What to produce: From the records below, output exactly the lines running from the line containing "f 339 338 335" through the line containing "f 398 397 80", and no others.

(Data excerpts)
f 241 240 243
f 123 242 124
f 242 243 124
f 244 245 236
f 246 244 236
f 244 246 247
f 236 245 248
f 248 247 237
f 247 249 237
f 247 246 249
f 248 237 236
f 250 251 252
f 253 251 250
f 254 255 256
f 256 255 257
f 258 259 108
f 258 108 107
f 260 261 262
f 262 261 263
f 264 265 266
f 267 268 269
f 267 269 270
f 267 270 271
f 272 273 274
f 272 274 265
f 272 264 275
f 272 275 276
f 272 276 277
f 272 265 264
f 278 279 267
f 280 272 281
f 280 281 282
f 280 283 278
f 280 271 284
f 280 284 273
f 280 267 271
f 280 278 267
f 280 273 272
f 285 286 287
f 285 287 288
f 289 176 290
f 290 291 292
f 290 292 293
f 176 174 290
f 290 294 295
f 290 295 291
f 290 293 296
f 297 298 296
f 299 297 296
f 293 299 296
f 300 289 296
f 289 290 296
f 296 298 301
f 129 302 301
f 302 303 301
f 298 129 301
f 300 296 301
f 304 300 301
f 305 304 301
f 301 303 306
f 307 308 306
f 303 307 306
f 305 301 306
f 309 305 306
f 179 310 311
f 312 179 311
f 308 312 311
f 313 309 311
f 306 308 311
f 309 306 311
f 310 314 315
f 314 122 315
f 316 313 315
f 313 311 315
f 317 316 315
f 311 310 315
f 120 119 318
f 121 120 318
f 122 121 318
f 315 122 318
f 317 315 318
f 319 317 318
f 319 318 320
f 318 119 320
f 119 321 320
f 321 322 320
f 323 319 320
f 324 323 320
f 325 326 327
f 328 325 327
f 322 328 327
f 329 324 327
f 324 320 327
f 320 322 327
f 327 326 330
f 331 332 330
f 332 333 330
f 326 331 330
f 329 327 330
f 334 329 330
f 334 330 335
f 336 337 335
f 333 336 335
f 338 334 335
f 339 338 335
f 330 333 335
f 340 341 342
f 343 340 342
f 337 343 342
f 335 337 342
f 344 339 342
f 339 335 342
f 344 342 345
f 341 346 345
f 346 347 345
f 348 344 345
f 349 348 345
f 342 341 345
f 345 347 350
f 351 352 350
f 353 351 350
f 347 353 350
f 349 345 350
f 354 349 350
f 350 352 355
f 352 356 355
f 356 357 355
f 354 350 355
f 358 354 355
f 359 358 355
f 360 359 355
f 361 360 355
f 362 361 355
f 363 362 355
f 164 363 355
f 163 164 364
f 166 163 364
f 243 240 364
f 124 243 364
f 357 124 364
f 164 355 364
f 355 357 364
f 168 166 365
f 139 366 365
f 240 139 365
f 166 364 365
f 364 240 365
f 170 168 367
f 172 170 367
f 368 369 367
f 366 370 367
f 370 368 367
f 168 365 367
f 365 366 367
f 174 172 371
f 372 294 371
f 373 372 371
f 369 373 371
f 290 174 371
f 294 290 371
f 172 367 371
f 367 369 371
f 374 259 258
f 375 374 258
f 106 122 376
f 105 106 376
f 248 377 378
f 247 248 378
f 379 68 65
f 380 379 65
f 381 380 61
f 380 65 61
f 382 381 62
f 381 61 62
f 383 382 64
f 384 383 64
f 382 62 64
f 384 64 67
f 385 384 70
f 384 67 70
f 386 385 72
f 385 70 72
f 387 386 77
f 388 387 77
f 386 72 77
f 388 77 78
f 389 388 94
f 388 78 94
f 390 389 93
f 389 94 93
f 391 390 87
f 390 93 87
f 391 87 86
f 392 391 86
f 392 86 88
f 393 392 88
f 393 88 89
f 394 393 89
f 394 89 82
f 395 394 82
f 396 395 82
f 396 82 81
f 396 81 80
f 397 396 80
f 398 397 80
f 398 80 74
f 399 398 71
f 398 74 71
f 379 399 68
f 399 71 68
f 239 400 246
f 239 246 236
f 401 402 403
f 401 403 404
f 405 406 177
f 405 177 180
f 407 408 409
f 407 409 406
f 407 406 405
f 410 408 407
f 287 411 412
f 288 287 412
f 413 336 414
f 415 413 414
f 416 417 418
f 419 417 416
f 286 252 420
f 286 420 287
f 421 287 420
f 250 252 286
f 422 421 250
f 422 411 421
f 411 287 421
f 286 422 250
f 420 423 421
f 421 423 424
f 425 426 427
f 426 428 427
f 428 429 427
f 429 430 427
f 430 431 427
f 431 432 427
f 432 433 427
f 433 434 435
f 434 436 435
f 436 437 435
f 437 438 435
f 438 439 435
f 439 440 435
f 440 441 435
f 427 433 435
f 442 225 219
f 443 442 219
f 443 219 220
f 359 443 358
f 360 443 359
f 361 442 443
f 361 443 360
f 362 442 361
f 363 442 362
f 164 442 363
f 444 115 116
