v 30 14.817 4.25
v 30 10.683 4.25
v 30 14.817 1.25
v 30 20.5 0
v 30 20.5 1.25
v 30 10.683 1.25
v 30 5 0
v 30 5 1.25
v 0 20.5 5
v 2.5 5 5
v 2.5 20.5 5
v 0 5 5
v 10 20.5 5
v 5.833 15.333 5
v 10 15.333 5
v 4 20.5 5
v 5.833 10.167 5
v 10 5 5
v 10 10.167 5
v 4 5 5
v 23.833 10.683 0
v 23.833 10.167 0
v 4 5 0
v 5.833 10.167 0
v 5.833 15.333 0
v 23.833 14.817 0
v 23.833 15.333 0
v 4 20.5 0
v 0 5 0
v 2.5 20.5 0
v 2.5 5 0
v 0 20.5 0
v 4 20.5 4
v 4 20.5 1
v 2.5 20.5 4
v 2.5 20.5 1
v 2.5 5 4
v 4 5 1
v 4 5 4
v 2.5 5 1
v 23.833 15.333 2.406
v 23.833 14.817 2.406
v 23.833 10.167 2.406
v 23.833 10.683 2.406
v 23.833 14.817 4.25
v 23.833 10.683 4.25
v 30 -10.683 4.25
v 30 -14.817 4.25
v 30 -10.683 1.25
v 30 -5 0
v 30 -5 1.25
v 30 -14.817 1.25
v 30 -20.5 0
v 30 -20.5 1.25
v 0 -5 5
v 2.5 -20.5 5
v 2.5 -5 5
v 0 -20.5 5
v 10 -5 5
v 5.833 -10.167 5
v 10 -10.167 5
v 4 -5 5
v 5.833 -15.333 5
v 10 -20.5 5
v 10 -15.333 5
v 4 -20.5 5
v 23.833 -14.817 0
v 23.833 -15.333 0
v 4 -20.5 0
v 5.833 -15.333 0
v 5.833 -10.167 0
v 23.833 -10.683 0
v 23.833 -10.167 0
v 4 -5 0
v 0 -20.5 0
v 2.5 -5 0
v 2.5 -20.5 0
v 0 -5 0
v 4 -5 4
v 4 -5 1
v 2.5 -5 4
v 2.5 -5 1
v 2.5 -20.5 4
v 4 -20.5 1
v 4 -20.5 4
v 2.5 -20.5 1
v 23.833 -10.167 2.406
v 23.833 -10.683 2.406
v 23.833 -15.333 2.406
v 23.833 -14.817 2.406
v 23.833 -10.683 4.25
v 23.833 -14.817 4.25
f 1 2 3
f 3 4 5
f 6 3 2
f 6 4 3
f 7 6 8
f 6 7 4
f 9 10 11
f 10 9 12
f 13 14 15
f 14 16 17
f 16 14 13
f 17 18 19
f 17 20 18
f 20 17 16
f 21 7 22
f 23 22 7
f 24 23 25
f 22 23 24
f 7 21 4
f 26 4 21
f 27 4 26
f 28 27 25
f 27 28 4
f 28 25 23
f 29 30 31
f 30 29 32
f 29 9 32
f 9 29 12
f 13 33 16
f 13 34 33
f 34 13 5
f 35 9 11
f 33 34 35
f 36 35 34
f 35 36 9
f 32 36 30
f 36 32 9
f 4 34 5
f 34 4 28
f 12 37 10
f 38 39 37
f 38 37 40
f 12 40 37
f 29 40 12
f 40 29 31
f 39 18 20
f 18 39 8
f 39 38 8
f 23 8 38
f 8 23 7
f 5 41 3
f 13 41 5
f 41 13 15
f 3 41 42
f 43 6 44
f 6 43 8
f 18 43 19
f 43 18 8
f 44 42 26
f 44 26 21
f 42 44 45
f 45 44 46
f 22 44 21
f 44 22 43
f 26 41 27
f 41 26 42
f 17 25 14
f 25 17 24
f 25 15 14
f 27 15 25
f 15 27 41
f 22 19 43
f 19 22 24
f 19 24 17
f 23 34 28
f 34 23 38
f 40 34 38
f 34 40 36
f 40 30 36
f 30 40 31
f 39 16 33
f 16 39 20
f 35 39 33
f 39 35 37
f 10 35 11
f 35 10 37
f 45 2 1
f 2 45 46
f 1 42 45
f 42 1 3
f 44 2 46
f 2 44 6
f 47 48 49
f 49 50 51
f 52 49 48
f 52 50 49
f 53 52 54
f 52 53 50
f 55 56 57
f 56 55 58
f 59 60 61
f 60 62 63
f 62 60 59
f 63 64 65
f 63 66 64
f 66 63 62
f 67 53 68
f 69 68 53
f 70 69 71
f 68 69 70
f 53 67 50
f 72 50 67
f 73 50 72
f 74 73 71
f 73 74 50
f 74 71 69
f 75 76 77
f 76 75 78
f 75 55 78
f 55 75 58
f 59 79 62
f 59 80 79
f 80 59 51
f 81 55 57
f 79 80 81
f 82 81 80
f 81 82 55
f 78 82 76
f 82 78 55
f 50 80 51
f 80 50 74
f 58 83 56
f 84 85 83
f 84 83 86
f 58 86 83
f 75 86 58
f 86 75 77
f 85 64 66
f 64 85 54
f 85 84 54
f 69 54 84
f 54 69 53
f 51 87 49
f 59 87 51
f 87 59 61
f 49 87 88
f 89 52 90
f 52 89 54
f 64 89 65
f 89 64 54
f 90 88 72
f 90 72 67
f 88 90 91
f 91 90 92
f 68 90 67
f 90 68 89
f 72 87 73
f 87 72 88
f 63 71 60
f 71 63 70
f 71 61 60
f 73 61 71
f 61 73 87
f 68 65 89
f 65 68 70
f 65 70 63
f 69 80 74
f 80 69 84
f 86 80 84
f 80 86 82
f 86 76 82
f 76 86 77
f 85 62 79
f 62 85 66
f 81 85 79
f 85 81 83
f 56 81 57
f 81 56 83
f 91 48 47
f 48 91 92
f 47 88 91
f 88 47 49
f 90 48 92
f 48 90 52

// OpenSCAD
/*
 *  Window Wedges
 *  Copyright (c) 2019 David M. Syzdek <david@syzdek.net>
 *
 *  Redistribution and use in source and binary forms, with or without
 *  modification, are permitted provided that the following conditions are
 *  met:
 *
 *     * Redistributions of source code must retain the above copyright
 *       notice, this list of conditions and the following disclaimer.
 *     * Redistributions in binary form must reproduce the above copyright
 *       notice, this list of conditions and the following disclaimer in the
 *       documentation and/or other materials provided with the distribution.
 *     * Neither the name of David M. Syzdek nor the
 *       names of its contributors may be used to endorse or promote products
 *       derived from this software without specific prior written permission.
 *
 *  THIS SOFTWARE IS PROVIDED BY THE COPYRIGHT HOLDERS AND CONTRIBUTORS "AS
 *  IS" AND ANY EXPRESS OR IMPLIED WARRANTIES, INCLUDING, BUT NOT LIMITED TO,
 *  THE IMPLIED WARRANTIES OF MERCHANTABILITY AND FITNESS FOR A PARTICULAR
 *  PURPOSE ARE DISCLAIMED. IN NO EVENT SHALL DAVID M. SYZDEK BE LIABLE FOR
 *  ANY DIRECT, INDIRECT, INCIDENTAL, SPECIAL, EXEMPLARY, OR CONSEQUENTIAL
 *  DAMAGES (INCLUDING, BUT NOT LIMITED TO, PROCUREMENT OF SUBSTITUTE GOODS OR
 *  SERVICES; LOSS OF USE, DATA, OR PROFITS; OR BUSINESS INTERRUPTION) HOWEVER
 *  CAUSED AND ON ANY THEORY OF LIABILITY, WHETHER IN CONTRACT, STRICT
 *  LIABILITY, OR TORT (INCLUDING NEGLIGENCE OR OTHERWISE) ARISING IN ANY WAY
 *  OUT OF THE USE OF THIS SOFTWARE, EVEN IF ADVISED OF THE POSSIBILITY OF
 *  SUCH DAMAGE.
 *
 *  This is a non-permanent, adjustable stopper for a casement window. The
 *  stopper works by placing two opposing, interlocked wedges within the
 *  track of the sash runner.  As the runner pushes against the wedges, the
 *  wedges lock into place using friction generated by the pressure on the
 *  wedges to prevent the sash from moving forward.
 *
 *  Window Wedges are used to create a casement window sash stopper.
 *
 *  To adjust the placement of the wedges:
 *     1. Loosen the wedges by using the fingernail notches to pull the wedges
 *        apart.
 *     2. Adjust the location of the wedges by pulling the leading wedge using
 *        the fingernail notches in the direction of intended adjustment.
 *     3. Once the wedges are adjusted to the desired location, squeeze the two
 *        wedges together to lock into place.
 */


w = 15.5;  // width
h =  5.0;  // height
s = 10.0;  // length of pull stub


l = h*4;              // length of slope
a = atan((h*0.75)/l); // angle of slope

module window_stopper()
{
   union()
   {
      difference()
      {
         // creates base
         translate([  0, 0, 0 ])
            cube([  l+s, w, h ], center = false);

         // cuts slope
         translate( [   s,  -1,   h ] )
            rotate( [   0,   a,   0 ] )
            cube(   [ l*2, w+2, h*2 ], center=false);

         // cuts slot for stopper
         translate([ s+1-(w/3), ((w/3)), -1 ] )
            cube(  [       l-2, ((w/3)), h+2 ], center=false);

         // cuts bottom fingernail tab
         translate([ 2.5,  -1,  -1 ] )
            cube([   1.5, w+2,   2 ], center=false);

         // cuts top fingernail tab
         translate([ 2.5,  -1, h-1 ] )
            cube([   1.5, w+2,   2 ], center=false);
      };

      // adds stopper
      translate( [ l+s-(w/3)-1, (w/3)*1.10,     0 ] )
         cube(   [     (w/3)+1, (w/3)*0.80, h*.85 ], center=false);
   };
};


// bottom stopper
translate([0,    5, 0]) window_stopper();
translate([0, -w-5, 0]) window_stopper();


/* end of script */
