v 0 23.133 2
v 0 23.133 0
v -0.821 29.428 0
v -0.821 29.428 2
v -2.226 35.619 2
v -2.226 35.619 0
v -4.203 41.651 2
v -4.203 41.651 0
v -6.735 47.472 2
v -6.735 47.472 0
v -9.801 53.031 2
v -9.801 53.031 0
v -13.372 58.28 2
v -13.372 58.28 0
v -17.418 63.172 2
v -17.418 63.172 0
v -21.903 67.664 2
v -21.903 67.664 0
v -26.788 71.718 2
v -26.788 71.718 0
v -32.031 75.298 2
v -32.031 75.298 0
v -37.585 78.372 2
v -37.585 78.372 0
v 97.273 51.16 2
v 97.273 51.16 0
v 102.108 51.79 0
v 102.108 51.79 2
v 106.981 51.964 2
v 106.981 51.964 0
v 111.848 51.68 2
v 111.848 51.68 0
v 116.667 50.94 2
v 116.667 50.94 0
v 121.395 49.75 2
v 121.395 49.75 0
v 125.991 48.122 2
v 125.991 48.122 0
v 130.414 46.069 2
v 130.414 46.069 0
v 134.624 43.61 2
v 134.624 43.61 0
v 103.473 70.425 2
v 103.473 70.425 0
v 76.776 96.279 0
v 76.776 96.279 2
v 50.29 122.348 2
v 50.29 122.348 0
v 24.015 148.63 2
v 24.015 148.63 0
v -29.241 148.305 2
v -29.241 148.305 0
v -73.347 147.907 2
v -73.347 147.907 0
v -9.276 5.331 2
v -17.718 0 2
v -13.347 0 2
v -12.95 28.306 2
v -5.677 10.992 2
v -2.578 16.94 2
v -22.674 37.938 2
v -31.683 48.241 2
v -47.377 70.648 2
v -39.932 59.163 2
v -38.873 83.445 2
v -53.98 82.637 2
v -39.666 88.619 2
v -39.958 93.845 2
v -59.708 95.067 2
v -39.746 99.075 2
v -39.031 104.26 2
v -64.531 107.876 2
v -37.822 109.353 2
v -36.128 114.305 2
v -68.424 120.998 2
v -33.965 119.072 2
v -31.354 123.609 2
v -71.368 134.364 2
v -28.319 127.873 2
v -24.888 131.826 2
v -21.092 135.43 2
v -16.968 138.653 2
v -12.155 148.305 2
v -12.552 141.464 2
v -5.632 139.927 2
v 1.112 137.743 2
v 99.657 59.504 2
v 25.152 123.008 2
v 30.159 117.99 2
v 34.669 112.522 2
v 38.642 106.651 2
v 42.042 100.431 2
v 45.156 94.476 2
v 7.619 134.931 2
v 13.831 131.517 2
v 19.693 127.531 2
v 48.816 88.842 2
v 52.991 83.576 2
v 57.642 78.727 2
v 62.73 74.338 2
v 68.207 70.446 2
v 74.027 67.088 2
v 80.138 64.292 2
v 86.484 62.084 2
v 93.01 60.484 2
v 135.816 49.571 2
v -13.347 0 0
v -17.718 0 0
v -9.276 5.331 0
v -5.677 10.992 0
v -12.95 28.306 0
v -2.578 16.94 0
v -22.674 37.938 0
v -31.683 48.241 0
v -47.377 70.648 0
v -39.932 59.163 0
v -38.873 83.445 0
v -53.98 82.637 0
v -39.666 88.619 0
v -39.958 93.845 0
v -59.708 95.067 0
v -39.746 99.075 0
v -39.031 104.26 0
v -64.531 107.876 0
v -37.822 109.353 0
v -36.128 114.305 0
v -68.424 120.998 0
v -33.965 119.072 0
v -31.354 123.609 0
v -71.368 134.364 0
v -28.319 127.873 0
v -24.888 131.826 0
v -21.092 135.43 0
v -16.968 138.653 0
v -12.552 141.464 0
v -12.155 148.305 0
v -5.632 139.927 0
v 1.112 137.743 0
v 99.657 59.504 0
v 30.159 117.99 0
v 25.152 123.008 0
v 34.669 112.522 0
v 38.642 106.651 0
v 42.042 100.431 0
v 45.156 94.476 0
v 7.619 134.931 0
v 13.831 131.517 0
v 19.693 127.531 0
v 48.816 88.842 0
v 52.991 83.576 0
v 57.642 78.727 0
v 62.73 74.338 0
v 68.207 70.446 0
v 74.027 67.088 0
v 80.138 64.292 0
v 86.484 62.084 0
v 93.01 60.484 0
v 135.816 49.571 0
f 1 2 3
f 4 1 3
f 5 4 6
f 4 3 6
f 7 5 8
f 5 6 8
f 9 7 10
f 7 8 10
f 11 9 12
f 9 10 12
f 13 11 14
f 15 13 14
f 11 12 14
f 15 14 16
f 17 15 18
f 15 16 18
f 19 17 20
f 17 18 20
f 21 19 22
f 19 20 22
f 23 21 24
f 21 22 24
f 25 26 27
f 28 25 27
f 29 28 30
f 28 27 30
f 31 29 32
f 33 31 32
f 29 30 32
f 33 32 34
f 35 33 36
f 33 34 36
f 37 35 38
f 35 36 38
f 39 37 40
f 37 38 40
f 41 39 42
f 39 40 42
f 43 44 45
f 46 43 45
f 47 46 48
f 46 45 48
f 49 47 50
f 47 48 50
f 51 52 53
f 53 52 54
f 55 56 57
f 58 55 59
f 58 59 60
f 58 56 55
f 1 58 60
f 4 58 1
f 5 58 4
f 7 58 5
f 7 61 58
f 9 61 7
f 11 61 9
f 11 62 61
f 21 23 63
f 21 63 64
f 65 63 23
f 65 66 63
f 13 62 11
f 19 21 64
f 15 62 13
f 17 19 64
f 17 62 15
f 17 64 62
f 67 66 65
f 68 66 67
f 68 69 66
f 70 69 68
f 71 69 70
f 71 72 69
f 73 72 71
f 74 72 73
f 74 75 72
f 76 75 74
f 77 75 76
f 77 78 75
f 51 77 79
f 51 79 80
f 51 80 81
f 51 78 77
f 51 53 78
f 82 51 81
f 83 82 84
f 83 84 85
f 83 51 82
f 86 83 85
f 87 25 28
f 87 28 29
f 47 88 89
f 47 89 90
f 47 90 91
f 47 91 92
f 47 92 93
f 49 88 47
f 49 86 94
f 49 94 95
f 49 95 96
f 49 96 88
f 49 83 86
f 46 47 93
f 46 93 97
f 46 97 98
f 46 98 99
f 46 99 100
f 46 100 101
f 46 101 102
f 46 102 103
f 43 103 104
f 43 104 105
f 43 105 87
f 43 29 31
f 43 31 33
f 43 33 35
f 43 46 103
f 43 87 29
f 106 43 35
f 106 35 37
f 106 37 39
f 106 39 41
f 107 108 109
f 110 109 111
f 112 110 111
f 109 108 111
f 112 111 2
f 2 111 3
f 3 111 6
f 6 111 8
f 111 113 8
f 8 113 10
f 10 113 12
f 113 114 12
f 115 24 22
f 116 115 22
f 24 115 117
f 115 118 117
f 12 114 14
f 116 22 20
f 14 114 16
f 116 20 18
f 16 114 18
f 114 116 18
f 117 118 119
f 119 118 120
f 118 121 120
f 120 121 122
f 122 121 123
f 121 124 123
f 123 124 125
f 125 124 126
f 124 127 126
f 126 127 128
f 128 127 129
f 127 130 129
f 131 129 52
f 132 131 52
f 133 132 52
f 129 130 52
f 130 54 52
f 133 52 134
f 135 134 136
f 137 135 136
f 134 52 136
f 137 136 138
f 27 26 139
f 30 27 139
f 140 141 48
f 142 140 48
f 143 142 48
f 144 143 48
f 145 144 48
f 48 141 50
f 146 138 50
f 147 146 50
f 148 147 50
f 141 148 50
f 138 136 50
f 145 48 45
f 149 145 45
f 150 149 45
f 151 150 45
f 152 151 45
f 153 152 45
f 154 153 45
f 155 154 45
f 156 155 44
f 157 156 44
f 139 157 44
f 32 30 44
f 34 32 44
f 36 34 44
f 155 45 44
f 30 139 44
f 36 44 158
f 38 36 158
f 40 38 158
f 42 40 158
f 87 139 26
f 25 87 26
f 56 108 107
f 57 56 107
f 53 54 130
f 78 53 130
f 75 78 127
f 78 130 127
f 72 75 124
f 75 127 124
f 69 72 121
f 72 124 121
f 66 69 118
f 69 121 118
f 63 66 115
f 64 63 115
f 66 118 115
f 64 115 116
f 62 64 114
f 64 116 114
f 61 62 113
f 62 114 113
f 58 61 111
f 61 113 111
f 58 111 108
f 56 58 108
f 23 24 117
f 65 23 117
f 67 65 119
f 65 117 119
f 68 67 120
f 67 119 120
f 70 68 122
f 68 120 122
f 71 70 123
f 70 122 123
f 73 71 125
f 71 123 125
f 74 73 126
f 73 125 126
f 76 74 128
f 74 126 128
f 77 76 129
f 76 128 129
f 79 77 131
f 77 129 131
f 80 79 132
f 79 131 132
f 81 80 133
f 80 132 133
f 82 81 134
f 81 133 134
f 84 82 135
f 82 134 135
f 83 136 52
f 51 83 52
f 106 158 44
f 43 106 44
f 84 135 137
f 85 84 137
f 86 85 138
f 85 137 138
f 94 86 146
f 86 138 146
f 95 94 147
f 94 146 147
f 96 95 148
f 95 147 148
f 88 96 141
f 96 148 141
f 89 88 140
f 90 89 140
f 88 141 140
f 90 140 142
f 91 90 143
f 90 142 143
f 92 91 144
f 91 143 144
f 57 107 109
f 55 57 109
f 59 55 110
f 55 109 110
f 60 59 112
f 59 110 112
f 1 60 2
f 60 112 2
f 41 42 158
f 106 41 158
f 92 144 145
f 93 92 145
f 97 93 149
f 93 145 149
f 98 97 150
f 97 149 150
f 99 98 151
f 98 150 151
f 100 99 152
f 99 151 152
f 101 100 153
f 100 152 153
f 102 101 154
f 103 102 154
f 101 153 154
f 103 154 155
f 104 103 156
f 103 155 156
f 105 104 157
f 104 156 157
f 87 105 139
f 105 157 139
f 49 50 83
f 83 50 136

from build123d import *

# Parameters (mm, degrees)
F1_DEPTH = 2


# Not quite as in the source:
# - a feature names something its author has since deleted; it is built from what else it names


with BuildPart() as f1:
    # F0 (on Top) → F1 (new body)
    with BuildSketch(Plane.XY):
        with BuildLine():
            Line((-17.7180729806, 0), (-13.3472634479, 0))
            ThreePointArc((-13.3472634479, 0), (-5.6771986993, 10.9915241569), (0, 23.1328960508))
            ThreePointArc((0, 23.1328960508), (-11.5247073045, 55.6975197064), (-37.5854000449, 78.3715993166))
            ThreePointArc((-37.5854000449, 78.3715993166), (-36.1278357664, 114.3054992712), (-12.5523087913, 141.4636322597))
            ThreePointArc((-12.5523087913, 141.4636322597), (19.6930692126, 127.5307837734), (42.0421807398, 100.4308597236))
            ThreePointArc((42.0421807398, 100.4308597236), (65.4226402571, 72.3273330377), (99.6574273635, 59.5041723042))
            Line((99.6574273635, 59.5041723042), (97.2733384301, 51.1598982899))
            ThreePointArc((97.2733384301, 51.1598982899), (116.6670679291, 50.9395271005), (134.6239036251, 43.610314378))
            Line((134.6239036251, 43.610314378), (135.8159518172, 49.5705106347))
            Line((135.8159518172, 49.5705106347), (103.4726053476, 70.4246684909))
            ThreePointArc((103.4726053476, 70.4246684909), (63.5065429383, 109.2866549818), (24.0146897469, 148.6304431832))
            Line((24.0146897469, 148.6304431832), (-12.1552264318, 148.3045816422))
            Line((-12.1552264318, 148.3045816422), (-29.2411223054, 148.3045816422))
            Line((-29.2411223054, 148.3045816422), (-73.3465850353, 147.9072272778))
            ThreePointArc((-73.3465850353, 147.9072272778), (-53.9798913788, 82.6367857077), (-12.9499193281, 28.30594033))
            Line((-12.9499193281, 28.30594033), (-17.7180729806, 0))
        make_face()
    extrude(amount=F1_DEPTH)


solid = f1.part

Result:
f 339 338 335
f 330 333 335
f 340 341 342
f 343 340 342
f 337 343 342
f 335 337 342
f 344 339 342
f 339 335 342
f 344 342 345
f 341 346 345
f 346 347 345
f 348 344 345
f 349 348 345
f 342 341 345
f 345 347 350
f 351 352 350
f 353 351 350
f 347 353 350
f 349 345 350
f 354 349 350
f 350 352 355
f 352 356 355
f 356 357 355
f 354 350 355
f 358 354 355
f 359 358 355
f 360 359 355
f 361 360 355
f 362 361 355
f 363 362 355
f 164 363 355
f 163 164 364
f 166 163 364
f 243 240 364
f 124 243 364
f 357 124 364
f 164 355 364
f 355 357 364
f 168 166 365
f 139 366 365
f 240 139 365
f 166 364 365
f 364 240 365
f 170 168 367
f 172 170 367
f 368 369 367
f 366 370 367
f 370 368 367
f 168 365 367
f 365 366 367
f 174 172 371
f 372 294 371
f 373 372 371
f 369 373 371
f 290 174 371
f 294 290 371
f 172 367 371
f 367 369 371
f 374 259 258
f 375 374 258
f 106 122 376
f 105 106 376
f 248 377 378
f 247 248 378
f 379 68 65
f 380 379 65
f 381 380 61
f 380 65 61
f 382 381 62
f 381 61 62
f 383 382 64
f 384 383 64
f 382 62 64
f 384 64 67
f 385 384 70
f 384 67 70
f 386 385 72
f 385 70 72
f 387 386 77
f 388 387 77
f 386 72 77
f 388 77 78
f 389 388 94
f 388 78 94
f 390 389 93
f 389 94 93
f 391 390 87
f 390 93 87
f 391 87 86
f 392 391 86
f 392 86 88
f 393 392 88
f 393 88 89
f 394 393 89
f 394 89 82
f 395 394 82
f 396 395 82
f 396 82 81
f 396 81 80
f 397 396 80
f 398 397 80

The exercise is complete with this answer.